[Task]: Output the data as it stands. Each line must match exactly.

══ Records supplied

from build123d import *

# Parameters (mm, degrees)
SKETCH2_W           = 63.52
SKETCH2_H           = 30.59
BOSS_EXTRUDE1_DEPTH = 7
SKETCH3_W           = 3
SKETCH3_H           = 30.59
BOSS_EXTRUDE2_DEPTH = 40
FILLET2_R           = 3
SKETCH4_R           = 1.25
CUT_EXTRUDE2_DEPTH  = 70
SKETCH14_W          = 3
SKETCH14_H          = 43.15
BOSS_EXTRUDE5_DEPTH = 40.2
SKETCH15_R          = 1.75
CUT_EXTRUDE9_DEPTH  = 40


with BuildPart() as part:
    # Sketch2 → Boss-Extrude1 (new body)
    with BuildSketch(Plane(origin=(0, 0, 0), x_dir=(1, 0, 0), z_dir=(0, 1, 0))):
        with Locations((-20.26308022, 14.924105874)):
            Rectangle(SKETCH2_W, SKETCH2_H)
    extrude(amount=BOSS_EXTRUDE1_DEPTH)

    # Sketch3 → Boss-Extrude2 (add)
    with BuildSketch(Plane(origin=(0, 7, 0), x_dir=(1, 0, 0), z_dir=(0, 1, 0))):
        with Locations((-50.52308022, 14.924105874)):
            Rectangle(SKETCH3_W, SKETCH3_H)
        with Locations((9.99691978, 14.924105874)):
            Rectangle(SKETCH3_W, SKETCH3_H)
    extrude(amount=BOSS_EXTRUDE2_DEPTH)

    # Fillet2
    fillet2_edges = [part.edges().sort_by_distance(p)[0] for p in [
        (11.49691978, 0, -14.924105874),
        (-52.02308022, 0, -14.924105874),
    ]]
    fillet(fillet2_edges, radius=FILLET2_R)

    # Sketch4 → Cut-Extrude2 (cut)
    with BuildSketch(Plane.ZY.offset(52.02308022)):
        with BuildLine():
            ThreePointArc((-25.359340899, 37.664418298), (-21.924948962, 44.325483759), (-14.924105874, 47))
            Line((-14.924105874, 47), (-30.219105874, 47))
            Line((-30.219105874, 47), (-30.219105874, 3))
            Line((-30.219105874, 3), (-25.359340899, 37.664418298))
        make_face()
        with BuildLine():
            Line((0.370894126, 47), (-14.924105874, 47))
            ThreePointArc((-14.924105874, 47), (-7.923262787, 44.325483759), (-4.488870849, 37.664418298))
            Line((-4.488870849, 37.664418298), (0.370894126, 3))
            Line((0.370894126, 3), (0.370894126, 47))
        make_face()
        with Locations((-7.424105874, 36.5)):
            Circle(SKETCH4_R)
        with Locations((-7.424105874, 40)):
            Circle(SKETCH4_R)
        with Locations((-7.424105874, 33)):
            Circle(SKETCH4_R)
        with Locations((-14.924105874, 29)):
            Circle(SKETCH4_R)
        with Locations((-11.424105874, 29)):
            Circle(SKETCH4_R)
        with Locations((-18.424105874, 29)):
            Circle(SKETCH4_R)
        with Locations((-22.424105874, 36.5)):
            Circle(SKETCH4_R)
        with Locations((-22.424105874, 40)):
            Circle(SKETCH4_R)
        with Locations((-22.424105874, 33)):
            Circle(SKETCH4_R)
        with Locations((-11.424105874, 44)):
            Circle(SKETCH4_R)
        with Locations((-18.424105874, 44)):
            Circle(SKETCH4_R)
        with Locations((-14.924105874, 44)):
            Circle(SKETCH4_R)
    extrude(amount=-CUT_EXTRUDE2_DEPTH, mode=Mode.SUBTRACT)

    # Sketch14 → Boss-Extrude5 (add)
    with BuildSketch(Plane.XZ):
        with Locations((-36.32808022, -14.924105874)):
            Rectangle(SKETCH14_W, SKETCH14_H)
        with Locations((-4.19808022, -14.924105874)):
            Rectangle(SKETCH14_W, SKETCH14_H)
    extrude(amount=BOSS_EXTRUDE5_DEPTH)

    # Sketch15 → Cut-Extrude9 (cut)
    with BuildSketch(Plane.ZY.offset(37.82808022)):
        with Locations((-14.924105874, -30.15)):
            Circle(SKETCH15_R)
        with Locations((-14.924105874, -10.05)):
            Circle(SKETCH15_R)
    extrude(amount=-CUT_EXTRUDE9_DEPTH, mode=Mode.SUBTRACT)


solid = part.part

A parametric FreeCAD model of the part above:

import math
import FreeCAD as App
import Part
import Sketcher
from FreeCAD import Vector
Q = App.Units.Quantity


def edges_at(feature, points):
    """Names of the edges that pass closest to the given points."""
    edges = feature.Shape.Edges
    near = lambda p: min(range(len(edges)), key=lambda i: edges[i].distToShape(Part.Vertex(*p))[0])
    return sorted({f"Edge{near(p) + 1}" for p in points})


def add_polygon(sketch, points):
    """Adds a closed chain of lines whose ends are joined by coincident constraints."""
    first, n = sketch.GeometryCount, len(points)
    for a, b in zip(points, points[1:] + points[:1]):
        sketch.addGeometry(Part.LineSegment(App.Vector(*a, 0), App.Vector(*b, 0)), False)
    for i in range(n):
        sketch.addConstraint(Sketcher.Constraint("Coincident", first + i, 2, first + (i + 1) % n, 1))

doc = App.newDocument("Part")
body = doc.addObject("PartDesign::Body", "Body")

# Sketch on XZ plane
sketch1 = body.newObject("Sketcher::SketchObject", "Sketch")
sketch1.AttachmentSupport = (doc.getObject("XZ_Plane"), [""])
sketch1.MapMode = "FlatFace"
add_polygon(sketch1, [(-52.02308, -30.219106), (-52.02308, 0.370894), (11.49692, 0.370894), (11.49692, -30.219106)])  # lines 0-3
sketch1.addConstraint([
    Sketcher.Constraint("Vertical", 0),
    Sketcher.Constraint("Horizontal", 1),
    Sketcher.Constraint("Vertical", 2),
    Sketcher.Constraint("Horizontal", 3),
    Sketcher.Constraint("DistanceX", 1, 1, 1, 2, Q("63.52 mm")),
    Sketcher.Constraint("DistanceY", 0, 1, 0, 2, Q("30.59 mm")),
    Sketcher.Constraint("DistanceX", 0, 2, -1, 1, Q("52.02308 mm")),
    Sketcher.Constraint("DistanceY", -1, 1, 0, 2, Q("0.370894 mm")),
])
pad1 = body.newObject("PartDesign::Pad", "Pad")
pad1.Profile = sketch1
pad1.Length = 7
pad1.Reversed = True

════

[Answer to this task]:
from build123d import *

# Parameters (mm, degrees)
SKETCH2_W           = 63.52
SKETCH2_H           = 30.59
BOSS_EXTRUDE1_DEPTH = 7
SKETCH3_W           = 3
SKETCH3_H           = 30.59
BOSS_EXTRUDE2_DEPTH = 40
FILLET2_R           = 3
SKETCH4_R           = 1.25
CUT_EXTRUDE2_DEPTH  = 70
SKETCH14_W          = 3
SKETCH14_H          = 43.15
BOSS_EXTRUDE5_DEPTH = 40.2
SKETCH15_R          = 1.75
CUT_EXTRUDE9_DEPTH  = 40


with BuildPart() as part:
    # Sketch2 → Boss-Extrude1 (new body)
    with BuildSketch(Plane(origin=(0, 0, 0), x_dir=(1, 0, 0), z_dir=(0, 1, 0))):
        with Locations((-20.26308022, 14.924105874)):
            Rectangle(SKETCH2_W, SKETCH2_H)
    extrude(amount=BOSS_EXTRUDE1_DEPTH)

    # Sketch3 → Boss-Extrude2 (add)
    with BuildSketch(Plane(origin=(0, 7, 0), x_dir=(1, 0, 0), z_dir=(0, 1, 0))):
        with Locations((-50.52308022, 14.924105874)):
            Rectangle(SKETCH3_W, SKETCH3_H)
        with Locations((9.99691978, 14.924105874)):
            Rectangle(SKETCH3_W, SKETCH3_H)
    extrude(amount=BOSS_EXTRUDE2_DEPTH)

    # Fillet2
    fillet2_edges = [part.edges().sort_by_distance(p)[0] for p in [
        (11.49691978, 0, -14.924105874),
        (-52.02308022, 0, -14.924105874),
    ]]
    fillet(fillet2_edges, radius=FILLET2_R)

    # Sketch4 → Cut-Extrude2 (cut)
    with BuildSketch(Plane.ZY.offset(52.02308022)):
        with BuildLine():
            ThreePointArc((-25.359340899, 37.664418298), (-21.924948962, 44.325483759), (-14.924105874, 47))
            Line((-14.924105874, 47), (-30.219105874, 47))
            Line((-30.219105874, 47), (-30.219105874, 3))
            Line((-30.219105874, 3), (-25.359340899, 37.664418298))
        make_face()
        with BuildLine():
            Line((0.370894126, 47), (-14.924105874, 47))
            ThreePointArc((-14.924105874, 47), (-7.923262787, 44.325483759), (-4.488870849, 37.664418298))
            Line((-4.488870849, 37.664418298), (0.370894126, 3))
            Line((0.370894126, 3), (0.370894126, 47))
        make_face()
        with Locations((-7.424105874, 36.5)):
            Circle(SKETCH4_R)
        with Locations((-7.424105874, 40)):
            Circle(SKETCH4_R)
        with Locations((-7.424105874, 33)):
            Circle(SKETCH4_R)
        with Locations((-14.924105874, 29)):
            Circle(SKETCH4_R)
        with Locations((-11.424105874, 29)):
            Circle(SKETCH4_R)
        with Locations((-18.424105874, 29)):
            Circle(SKETCH4_R)
        with Locations((-22.424105874, 36.5)):
            Circle(SKETCH4_R)
        with Locations((-22.424105874, 40)):
            Circle(SKETCH4_R)
        with Locations((-22.424105874, 33)):
            Circle(SKETCH4_R)
        with Locations((-11.424105874, 44)):
            Circle(SKETCH4_R)
        with Locations((-18.424105874, 44)):
            Circle(SKETCH4_R)
        with Locations((-14.924105874, 44)):
            Circle(SKETCH4_R)
    extrude(amount=-CUT_EXTRUDE2_DEPTH, mode=Mode.SUBTRACT)

    # Sketch14 → Boss-Extrude5 (add)
    with BuildSketch(Plane.XZ):
        with Locations((-36.32808022, -14.924105874)):
            Rectangle(SKETCH14_W, SKETCH14_H)
        with Locations((-4.19808022, -14.924105874)):
            Rectangle(SKETCH14_W, SKETCH14_H)
    extrude(amount=BOSS_EXTRUDE5_DEPTH)

    # Sketch15 → Cut-Extrude9 (cut)
    with BuildSketch(Plane.ZY.offset(37.82808022)):
        with Locations((-14.924105874, -30.15)):
            Circle(SKETCH15_R)
        with Locations((-14.924105874, -10.05)):
            Circle(SKETCH15_R)
    extrude(amount=-CUT_EXTRUDE9_DEPTH, mode=Mode.SUBTRACT)


solid = part.part

A parametric FreeCAD model of the part above:

import math
import FreeCAD as App
import Part
import Sketcher
from FreeCAD import Vector
Q = App.Units.Quantity


def edges_at(feature, points):
    """Names of the edges that pass closest to the given points."""
    edges = feature.Shape.Edges
    near = lambda p: min(range(len(edges)), key=lambda i: edges[i].distToShape(Part.Vertex(*p))[0])
    return sorted({f"Edge{near(p) + 1}" for p in points})


def add_polygon(sketch, points):
    """Adds a closed chain of lines whose ends are joined by coincident constraints."""
    first, n = sketch.GeometryCount, len(points)
    for a, b in zip(points, points[1:] + points[:1]):
        sketch.addGeometry(Part.LineSegment(App.Vector(*a, 0), App.Vector(*b, 0)), False)
    for i in range(n):
        sketch.addConstraint(Sketcher.Constraint("Coincident", first + i, 2, first + (i + 1) % n, 1))

doc = App.newDocument("Part")
body = doc.addObject("PartDesign::Body", "Body")

# Sketch on XZ plane
sketch1 = body.newObject("Sketcher::SketchObject", "Sketch")
sketch1.AttachmentSupport = (doc.getObject("XZ_Plane"), [""])
sketch1.MapMode = "FlatFace"
add_polygon(sketch1, [(-52.02308, -30.219106), (-52.02308, 0.370894), (11.49692, 0.370894), (11.49692, -30.219106)])  # lines 0-3
sketch1.addConstraint([
    Sketcher.Constraint("Vertical", 0),
    Sketcher.Constraint("Horizontal", 1),
    Sketcher.Constraint("Vertical", 2),
    Sketcher.Constraint("Horizontal", 3),
    Sketcher.Constraint("DistanceX", 1, 1, 1, 2, Q("63.52 mm")),
    Sketcher.Constraint("DistanceY", 0, 1, 0, 2, Q("30.59 mm")),
    Sketcher.Constraint("DistanceX", 0, 2, -1, 1, Q("52.02308 mm")),
    Sketcher.Constraint("DistanceY", -1, 1, 0, 2, Q("0.370894 mm")),
])
pad1 = body.newObject("PartDesign::Pad", "Pad")
pad1.Profile = sketch1
pad1.Length = 7
pad1.Reversed = True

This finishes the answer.